/ 23 April 2010

Die Antwoord are God

Damn, I love Die Antwoord. It’s like we’ve taken all the Disney Princesses at Stereotypes R Us, pulled off their wigs, forced their little legs together, and rammed them down the throats of the American purveyors of pop culture dreck, the soulless marketers who make millions every year by selling ersatz imperial myths to the rest of the world.

Okay, perhaps Die Antwoord aren’t achieving quite that level of utter cultural domination, but allow me our little victories. The sight of Americans taking Yo-Landi and Ninja seriously is so delicious, I can almost forgive some of the excesses of the music. There’s a 20 minute interview with Die Antwoord on Boing Boing, around their debut at the Coachella music festival in California, and it’s a marvellous exercise in satire.

Of course, there is a downside to this small cultural victory. Die Antwoord are, alas, just The Lion King for drunk people. They’re peddling a similarly exotic Africa, one that is as much a pastiche as a parody. But you know what — I don’t care. They’re geniuses, they’re ours, and they’re fabulous.

There’s an excellent article by Kevin Bloom on The Daily Maverick, where he makes the point that we’ve exhausted the subject of Die Antwoord. He takes Yo-Landi’s metaphor for Die Antwoord’s music, and comments on her “insight”.

“‘I think our style of music is like … we make car-crash music. Like when there’s a car-crash, everyone looks. It’s like, kids dancing in the rain, no-one’s really paying that much attention. But when there’s an accident everyone’s checking it out, so that’s our style.'”

Kevin Bloom comments: “Maybe that should be the last word. There’s never much to say at an accident scene.”

For once, I disagree with Bloom, and the David Bowie song title Always Crashing in the Same Car comes to mind. You don’t need to say anything at an accident scene, it’s always fresh. Every accident is unique, in the same way that every Die Antwoord moment is always of that moment, and fresh. It’s a performance piece acting itself out, and like all great performance, the audience is as complicit as the actors.

My favourite piece of the interview (which takes place in a house that used to belong to Merv Griffin), and the moment that proves how relevant, how important, and how clever Die Antwoord are: when expensively blonde presenter Xeni Jardin says to Yo-Landi, patronisingly, “What’s it like being in this crazy, lavish mansion that used to belong to one of the greats of American television? This is not South Africa!”

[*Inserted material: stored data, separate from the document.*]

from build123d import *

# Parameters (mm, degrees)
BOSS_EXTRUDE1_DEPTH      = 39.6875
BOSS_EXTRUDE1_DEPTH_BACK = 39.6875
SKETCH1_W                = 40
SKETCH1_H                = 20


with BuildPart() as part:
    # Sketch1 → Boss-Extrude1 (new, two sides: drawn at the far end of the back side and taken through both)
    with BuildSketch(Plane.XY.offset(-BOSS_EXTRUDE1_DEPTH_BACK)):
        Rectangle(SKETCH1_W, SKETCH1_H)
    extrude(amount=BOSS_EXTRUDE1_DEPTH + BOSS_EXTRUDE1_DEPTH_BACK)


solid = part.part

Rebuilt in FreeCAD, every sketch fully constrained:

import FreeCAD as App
import Part
import Sketcher

V = App.Vector

doc = App.newDocument("Part")
body = doc.addObject("PartDesign::Body", "Body")

sketch1 = doc.addObject("Sketcher::SketchObject", "Sketch")
body.addObject(sketch1)
sketch1.AttachmentSupport = (doc.XY_Plane, [""])
sketch1.MapMode = "FlatFace"
sketch1.addGeometry(Part.LineSegment(V(-20, 10, 0), V(-20, -10, 0)), False)
sketch1.addGeometry(Part.LineSegment(V(-20, -10, 0), V(20, -10, 0)), False)
sketch1.addGeometry(Part.LineSegment(V(20, -10, 0), V(20, 10, 0)), False)
sketch1.addGeometry(Part.LineSegment(V(20, 10, 0), V(-20, 10, 0)), False)
sketch1.addConstraint(Sketcher.Constraint("Coincident", 0, 2, 1, 1))
sketch1.addConstraint(Sketcher.Constraint("Coincident", 1, 2, 2, 1))
sketch1.addConstraint(Sketcher.Constraint("Coincident", 2, 2, 3, 1))
sketch1.addConstraint(Sketcher.Constraint("Coincident", 3, 2, 0, 1))
sketch1.addConstraint(Sketcher.Constraint("Vertical", 0))
sketch1.addConstraint(Sketcher.Constraint("Horizontal", 1))
sketch1.addConstraint(Sketcher.Constraint("Vertical", 2))
sketch1.addConstraint(Sketcher.Constraint("Horizontal", 3))
sketch1.addConstraint(Sketcher.Constraint("Symmetric", 0, 2, 2, 2, -1, 1))
sketch1.addConstraint(Sketcher.Constraint("DistanceX", 1, 1, 1, 2, 40.0))
sketch1.addConstraint(Sketcher.Constraint("DistanceY", 0, 2, 0, 1, 20.0))
pad1 = doc.addObject("PartDesign::Pad", "Pad")
body.addObject(pad1)
pad1.Profile = sketch1
pad1.Type = "TwoLengths"
pad1.Length = 39.6875
pad1.Length2 = 39.6875

doc.recompute()
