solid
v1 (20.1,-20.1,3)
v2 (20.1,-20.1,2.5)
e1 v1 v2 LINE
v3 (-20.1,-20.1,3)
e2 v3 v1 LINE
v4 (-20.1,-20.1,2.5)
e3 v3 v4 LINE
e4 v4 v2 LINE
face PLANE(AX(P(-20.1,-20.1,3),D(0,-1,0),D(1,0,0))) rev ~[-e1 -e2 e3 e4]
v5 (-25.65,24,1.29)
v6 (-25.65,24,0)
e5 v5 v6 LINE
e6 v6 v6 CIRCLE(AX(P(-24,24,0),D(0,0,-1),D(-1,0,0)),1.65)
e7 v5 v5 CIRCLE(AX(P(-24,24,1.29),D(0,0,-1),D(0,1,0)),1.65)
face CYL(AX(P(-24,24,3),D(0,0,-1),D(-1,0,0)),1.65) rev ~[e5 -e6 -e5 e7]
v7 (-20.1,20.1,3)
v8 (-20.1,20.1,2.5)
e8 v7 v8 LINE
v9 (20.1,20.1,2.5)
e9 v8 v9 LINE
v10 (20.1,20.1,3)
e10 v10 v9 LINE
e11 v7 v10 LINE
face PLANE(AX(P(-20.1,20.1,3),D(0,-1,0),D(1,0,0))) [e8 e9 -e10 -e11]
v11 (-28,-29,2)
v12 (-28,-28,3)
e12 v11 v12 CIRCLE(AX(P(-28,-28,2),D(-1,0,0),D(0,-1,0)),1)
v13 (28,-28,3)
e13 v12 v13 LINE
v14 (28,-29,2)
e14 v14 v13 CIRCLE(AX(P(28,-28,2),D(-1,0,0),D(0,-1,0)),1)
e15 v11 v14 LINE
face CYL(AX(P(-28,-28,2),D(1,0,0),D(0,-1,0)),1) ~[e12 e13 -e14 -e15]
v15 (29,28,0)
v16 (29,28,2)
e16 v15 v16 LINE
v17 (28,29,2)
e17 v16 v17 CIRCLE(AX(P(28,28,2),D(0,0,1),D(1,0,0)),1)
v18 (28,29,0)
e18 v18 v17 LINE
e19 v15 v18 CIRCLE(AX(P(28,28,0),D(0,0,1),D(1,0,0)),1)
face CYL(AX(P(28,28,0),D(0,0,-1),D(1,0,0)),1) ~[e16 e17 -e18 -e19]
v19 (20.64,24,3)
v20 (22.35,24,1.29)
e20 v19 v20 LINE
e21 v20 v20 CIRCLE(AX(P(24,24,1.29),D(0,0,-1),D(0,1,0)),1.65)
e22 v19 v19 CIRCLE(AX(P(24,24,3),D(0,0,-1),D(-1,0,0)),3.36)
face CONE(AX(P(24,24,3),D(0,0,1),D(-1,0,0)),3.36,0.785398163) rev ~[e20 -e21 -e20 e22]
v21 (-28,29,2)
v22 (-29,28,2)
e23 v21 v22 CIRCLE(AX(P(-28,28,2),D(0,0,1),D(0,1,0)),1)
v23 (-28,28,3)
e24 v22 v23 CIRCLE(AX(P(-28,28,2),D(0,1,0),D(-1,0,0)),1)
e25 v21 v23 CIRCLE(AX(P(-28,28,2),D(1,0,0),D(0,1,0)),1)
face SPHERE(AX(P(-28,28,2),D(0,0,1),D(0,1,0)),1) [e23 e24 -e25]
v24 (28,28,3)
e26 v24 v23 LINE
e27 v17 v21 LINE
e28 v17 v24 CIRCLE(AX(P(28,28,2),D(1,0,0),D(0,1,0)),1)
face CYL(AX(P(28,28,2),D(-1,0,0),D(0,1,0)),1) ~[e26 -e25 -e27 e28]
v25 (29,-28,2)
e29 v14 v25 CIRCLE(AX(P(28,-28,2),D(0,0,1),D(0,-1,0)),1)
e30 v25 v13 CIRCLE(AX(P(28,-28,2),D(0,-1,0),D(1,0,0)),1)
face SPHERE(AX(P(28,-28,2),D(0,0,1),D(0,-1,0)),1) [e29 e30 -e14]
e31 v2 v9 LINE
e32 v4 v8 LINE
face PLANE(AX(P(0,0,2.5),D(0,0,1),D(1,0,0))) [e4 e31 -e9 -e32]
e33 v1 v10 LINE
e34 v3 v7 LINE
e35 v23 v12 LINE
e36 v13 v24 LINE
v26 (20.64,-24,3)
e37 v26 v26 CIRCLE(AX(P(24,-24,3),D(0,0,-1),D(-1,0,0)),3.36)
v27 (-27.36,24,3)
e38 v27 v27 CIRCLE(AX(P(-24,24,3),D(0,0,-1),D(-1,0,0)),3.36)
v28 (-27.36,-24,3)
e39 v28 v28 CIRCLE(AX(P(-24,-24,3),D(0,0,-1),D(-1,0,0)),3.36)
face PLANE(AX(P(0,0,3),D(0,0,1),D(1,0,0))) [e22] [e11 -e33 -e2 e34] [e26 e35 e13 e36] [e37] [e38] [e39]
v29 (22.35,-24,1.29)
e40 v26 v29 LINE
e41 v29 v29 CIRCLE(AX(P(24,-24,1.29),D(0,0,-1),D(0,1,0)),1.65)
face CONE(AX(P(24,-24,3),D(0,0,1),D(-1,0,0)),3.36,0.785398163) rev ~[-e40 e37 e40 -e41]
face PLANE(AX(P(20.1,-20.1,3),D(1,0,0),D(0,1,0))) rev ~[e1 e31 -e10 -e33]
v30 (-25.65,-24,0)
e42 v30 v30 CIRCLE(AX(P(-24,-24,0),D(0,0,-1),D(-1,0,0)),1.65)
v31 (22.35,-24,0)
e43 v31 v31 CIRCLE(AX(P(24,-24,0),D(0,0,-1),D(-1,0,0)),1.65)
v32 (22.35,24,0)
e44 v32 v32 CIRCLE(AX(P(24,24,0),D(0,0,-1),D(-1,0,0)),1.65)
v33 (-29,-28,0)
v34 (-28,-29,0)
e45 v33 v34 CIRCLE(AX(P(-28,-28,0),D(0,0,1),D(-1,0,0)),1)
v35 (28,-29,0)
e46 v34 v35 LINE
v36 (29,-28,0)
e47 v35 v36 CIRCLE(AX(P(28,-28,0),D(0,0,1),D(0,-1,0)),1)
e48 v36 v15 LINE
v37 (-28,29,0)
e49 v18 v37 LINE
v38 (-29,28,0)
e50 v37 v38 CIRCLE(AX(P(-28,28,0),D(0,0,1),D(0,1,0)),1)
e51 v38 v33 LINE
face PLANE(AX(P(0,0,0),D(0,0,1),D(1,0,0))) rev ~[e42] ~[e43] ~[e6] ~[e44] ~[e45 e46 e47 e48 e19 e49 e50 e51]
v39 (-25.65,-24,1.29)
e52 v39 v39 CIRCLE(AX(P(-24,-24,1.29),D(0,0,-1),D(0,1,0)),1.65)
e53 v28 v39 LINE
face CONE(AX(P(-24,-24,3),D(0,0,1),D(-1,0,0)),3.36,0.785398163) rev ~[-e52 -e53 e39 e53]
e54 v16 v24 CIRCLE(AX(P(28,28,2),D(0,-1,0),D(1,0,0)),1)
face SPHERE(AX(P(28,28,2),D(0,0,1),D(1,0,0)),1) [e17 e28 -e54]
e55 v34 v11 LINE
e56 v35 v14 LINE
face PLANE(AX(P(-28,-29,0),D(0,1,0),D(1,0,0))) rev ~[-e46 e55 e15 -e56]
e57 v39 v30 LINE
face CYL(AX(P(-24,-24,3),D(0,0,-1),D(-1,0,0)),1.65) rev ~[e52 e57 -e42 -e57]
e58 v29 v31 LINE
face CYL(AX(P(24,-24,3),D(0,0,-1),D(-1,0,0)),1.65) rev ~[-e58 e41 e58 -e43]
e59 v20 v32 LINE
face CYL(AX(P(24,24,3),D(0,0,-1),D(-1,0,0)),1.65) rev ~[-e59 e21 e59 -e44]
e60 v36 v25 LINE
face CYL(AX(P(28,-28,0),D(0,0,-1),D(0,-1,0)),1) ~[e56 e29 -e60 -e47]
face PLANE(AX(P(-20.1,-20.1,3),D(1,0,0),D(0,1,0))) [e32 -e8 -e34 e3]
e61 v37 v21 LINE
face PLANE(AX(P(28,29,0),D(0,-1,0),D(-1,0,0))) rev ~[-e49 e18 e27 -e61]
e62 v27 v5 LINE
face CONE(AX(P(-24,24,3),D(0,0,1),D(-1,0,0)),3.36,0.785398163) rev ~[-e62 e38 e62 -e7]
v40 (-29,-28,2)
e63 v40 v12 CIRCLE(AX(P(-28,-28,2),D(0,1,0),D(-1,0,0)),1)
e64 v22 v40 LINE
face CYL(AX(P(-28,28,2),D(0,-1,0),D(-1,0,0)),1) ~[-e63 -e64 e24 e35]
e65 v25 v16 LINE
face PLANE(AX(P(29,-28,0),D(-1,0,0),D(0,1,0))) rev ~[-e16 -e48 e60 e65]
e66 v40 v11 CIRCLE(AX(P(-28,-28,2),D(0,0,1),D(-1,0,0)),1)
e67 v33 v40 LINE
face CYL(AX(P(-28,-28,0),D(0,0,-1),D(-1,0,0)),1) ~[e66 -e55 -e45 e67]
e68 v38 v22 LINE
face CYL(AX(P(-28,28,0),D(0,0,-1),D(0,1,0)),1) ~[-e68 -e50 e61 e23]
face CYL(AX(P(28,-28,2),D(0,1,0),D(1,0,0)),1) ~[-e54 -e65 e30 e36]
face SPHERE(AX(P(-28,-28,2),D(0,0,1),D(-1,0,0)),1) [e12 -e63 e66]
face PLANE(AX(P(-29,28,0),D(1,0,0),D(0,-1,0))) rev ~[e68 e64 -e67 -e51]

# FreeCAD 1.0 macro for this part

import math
import FreeCAD as App
import Part
import Sketcher
from FreeCAD import Vector
Q = App.Units.Quantity


def edges_at(feature, points):
    """Names of the edges that pass closest to the given points."""
    edges = feature.Shape.Edges
    near = lambda p: min(range(len(edges)), key=lambda i: edges[i].distToShape(Part.Vertex(*p))[0])
    return sorted({f"Edge{near(p) + 1}" for p in points})

doc = App.newDocument("Part")
body = doc.addObject("PartDesign::Body", "Body")

sketch1 = doc.addObject("Sketcher::SketchObject", "Sketch")
body.addObject(sketch1)
sketch1.AttachmentSupport = (doc.XY_Plane, [""])
sketch1.MapMode = "FlatFace"
sketch1.addGeometry([
    Part.LineSegment(Vector(-28, -29, 0), Vector(28, -29, 0)),
    Part.ArcOfCircle(Part.Circle(Vector(28, -28, 0), Vector(0, 0, 1), 1), math.radians(-90), math.radians(0)),
    Part.LineSegment(Vector(29, -28, 0), Vector(29, 28, 0)),
    Part.ArcOfCircle(Part.Circle(Vector(28, 28, 0), Vector(0, 0, 1), 1), math.radians(0), math.radians(90)),
    Part.LineSegment(Vector(28, 29, 0), Vector(-28, 29, 0)),
    Part.ArcOfCircle(Part.Circle(Vector(-28, 28, 0), Vector(0, 0, 1), 1), math.radians(90), math.radians(180)),
    Part.LineSegment(Vector(-29, 28, 0), Vector(-29, -28, 0)),
    Part.ArcOfCircle(Part.Circle(Vector(-28, -28, 0), Vector(0, 0, 1), 1), math.radians(180), math.radians(270)),
], False)
sketch1.addConstraint([
    Sketcher.Constraint("Tangent", 0, 2, 1, 1),
    Sketcher.Constraint("Tangent", 1, 2, 2, 1),
    Sketcher.Constraint("Tangent", 2, 2, 3, 1),
    Sketcher.Constraint("Tangent", 3, 2, 4, 1),
    Sketcher.Constraint("Tangent", 4, 2, 5, 1),
    Sketcher.Constraint("Tangent", 5, 2, 6, 1),
    Sketcher.Constraint("Tangent", 6, 2, 7, 1),
    Sketcher.Constraint("Tangent", 7, 2, 0, 1),
    Sketcher.Constraint("Horizontal", 0),
    Sketcher.Constraint("Vertical", 2),
    Sketcher.Constraint("Horizontal", 4),
    Sketcher.Constraint("Vertical", 6),
    Sketcher.Constraint("Equal", 1, 3),
    Sketcher.Constraint("Equal", 3, 5),
    Sketcher.Constraint("Equal", 5, 7),
    Sketcher.Constraint("Symmetric", 1, 3, 5, 3, -1, 1),
    Sketcher.Constraint("Equal", 4, 2),
    Sketcher.Constraint("Radius", 1, Q("1 mm")),
    Sketcher.Constraint("DistanceX", 0, 1, 0, 2, Q("56 mm")),
])
pad1 = doc.addObject("PartDesign::Pad", "Pad")
body.addObject(pad1)
pad1.Profile = sketch1
pad1.Length = 3
doc.recompute()

fillet = doc.addObject("PartDesign::Fillet", "Fillet")
body.addObject(fillet)
fillet.Base = (pad1, edges_at(pad1, [(29, 0, 3)]))
fillet.Radius = 1

sketch2 = doc.addObject("Sketcher::SketchObject", "Sketch001")
body.addObject(sketch2)
sketch2.AttachmentSupport = (doc.XY_Plane, [""])
sketch2.MapMode = "FlatFace"
sketch2.AttachmentOffset = App.Placement(Vector(0, 0, 3), App.Rotation())
sketch2.addGeometry([
    Part.Circle(Vector(-24, 24, 0), Vector(0, 0, 1), 1.6),
    Part.Circle(Vector(24, 24, 0), Vector(0, 0, 1), 1.6),
    Part.Circle(Vector(-24, -24, 0), Vector(0, 0, 1), 1.6),
    Part.Circle(Vector(24, -24, 0), Vector(0, 0, 1), 1.6),
], False)
sketch2.addConstraint([
    Sketcher.Constraint("Equal", 0, 1),
    Sketcher.Constraint("Equal", 1, 2),
    Sketcher.Constraint("Equal", 2, 3),
    Sketcher.Constraint("Symmetric", 1, 3, 2, 3, -1, 1),
    Sketcher.Constraint("Symmetric", 0, 3, 3, 3, -1, 1),
    Sketcher.Constraint("Symmetric", 0, 3, 1, 3, -2),
    Sketcher.Constraint("Diameter", 0, Q("3.3 mm")),
    Sketcher.Constraint("DistanceX", 0, 3, -1, 1, Q("24 mm")),
    Sketcher.Constraint("DistanceY", -1, 1, 0, 3, Q("24 mm")),
])
doc.recompute()
hole = doc.addObject("PartDesign::Hole", "Hole")
body.addObject(hole)
hole.Profile = sketch2
hole.ThreadType = "None"
hole.Diameter = 3.3
hole.DepthType = "ThroughAll"
hole.HoleCutType = "Countersink"
hole.HoleCutDiameter = 6.72
hole.HoleCutCountersinkAngle = 90

sketch3 = doc.addObject("Sketcher::SketchObject", "Sketch002")
body.addObject(sketch3)
sketch3.AttachmentSupport = (doc.XY_Plane, [""])
sketch3.MapMode = "FlatFace"
sketch3.AttachmentOffset = App.Placement(Vector(0, 0, 3), App.Rotation())
sketch3.addGeometry([
    Part.LineSegment(Vector(-20, 20, 0), Vector(-20, -20, 0)),
    Part.LineSegment(Vector(-20, -20, 0), Vector(20, -20, 0)),
    Part.LineSegment(Vector(20, -20, 0), Vector(20, 20, 0)),
    Part.LineSegment(Vector(20, 20, 0), Vector(-20, 20, 0)),
], False)
sketch3.addConstraint([
    Sketcher.Constraint("Coincident", 0, 2, 1, 1),
    Sketcher.Constraint("Coincident", 1, 2, 2, 1),
    Sketcher.Constraint("Coincident", 2, 2, 3, 1),
    Sketcher.Constraint("Coincident", 3, 2, 0, 1),
    Sketcher.Constraint("Vertical", 0),
    Sketcher.Constraint("Horizontal", 1),
    Sketcher.Constraint("Vertical", 2),
    Sketcher.Constraint("Horizontal", 3),
    Sketcher.Constraint("Symmetric", 0, 2, 2, 2, -1, 1),
    Sketcher.Constraint("Equal", 3, 0),
    Sketcher.Constraint("DistanceX", 1, 1, 1, 2, Q("40.2 mm")),
])
pocket1 = doc.addObject("PartDesign::Pocket", "Pocket")
body.addObject(pocket1)
pocket1.Profile = sketch3
pocket1.Length = 0.5

doc.recompute()
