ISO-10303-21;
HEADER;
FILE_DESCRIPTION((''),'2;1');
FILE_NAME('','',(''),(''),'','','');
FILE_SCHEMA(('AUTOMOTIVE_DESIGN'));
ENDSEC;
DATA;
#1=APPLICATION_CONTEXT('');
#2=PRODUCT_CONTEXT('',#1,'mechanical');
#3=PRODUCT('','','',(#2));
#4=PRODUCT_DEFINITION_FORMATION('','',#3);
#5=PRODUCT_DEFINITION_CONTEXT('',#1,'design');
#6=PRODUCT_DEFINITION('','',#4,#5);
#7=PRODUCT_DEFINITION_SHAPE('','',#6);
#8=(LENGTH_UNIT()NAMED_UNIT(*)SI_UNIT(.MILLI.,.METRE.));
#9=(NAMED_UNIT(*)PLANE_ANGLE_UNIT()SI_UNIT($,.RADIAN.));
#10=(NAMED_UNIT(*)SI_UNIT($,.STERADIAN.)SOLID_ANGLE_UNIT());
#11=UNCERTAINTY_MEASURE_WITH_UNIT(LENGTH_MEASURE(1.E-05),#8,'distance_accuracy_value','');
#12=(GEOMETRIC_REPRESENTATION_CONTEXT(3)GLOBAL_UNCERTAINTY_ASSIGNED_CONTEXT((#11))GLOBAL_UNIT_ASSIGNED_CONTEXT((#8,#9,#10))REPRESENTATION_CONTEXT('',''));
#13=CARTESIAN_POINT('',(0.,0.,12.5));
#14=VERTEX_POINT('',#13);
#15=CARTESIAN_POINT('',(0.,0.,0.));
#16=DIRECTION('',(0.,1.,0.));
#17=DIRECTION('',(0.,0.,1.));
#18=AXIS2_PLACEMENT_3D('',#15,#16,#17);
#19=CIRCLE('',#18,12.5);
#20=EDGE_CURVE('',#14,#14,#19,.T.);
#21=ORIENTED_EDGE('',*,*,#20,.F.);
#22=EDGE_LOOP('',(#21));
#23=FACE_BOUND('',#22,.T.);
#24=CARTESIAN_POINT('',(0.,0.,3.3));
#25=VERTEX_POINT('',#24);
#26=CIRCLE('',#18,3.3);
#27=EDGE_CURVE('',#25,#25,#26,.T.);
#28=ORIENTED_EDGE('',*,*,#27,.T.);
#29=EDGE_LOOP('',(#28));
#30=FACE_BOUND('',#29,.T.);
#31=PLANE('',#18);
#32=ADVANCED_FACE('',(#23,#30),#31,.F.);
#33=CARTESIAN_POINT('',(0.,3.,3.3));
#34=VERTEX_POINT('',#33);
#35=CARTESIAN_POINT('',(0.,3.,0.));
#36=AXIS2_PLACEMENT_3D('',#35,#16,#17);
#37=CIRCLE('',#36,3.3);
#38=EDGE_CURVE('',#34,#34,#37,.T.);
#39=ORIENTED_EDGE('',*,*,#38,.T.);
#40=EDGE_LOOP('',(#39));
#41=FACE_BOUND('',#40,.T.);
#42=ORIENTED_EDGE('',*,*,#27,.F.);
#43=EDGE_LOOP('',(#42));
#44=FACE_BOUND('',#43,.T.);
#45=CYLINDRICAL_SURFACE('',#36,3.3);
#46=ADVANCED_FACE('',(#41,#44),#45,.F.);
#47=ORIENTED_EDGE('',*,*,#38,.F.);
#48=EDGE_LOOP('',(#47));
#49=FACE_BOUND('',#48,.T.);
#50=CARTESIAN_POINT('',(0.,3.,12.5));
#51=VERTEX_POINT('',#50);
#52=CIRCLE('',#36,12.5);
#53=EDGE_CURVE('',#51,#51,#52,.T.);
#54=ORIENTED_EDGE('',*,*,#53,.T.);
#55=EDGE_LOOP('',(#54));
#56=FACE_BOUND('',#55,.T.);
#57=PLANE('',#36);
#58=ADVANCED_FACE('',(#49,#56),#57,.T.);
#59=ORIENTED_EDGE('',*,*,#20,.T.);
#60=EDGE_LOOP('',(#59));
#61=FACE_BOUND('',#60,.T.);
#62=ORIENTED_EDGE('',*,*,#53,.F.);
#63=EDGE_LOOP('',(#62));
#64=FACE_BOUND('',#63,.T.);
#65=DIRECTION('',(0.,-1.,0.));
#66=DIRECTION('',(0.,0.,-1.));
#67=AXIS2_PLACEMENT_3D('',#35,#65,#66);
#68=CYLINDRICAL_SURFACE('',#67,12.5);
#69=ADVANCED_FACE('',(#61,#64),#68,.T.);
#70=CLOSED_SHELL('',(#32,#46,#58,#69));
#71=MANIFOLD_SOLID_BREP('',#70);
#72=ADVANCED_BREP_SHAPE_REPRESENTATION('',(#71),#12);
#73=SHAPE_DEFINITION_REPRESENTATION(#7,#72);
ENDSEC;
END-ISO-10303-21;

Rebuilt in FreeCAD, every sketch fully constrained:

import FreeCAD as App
import Part
import Sketcher
from FreeCAD import Vector
Q = App.Units.Quantity

doc = App.newDocument("Part")
body = doc.addObject("PartDesign::Body", "Body")

# Sketch on XZ plane
sketch1 = body.newObject("Sketcher::SketchObject", "Sketch")
sketch1.AttachmentSupport = (doc.getObject("XZ_Plane"), [""])
sketch1.MapMode = "FlatFace"
sketch1.addGeometry(Part.Circle(Vector(0, 0, 0), Vector(0, 0, 1), 12), False)
sketch1.addConstraint([
    Sketcher.Constraint("Coincident", 0, 3, -1, 1),
    Sketcher.Constraint("Diameter", 0, Q("25 mm")),
])
pad1 = body.newObject("PartDesign::Pad", "Pad")
pad1.Profile = sketch1
pad1.Length = 3
pad1.Reversed = True

# Sketch on XZ plane
sketch2 = body.newObject("Sketcher::SketchObject", "Sketch001")
sketch2.AttachmentSupport = (doc.getObject("XZ_Plane"), [""])
sketch2.MapMode = "FlatFace"
sketch2.AttachmentOffset = App.Placement(Vector(0, 0, -3), App.Rotation())
sketch2.addGeometry(Part.Circle(Vector(0, 0, 0), Vector(0, 0, 1), 3.3), False)
sketch2.addConstraint([
    Sketcher.Constraint("Coincident", 0, 3, -1, 1),
    Sketcher.Constraint("Diameter", 0, Q("6.6 mm")),
])
doc.recompute()
hole = body.newObject("PartDesign::Hole", "Hole")
hole.Profile = sketch2
hole.ThreadType = "None"
hole.Diameter = 6.6
hole.DepthType = "ThroughAll"
hole.Reversed = True

doc.recompute()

Yo-Landi’s fabulously sarcastic, deadpan response is: “We don’t know what the fuck’s going on, we’re just going with it. Next week we’re going back to our little Third World hole, but it’ll be alright, we’ll have this in our memory … Back to the dark depths of Africa.”

It’s a lovely deconstruction of paternalism and condescension, and the beauty of it is, it’s not just about exposing American cultural myopia. It’s about how fucked up South Africans are too. A post-apartheid country where we get pissed off if people like Die Antwoord sully the purity of our race by parodying it. A country where, as Yo-Landi so acutely notes, kids come to a Die Antwoord concert to cheer at the swearing.

Xeni Jardin says to Die Antwoord, “you guys are straight out of District 9“. How stupid is that? A fake hip-hop band is contextualised by likening them to a Hollywood movie about aliens. Wow, Xeni, you really know your cultures. Die Antwoord are an always-crashing car, and the passengers on their erratic journey are just roadkill for their postmodern pot.

“Ja, it’s kak”, says Yo-Landi. She could be talking about this very column. Nobody can write about Die Antwoord without becoming victims. I must have got at least three things wrong with my argument, and that’s the point. Xeni is probably entirely aware of the fact that Die Antwoord are ripping her off, but that doesn’t stop it happening. Die Antwoord are not a product to be dissected, a brand to be favoured or repulsed. They’re a middle digit raised to the world, and you can either sit on it and wriggle uncomfortably, or reach out and yank it. But to dismiss it as shallow is to make a mistake.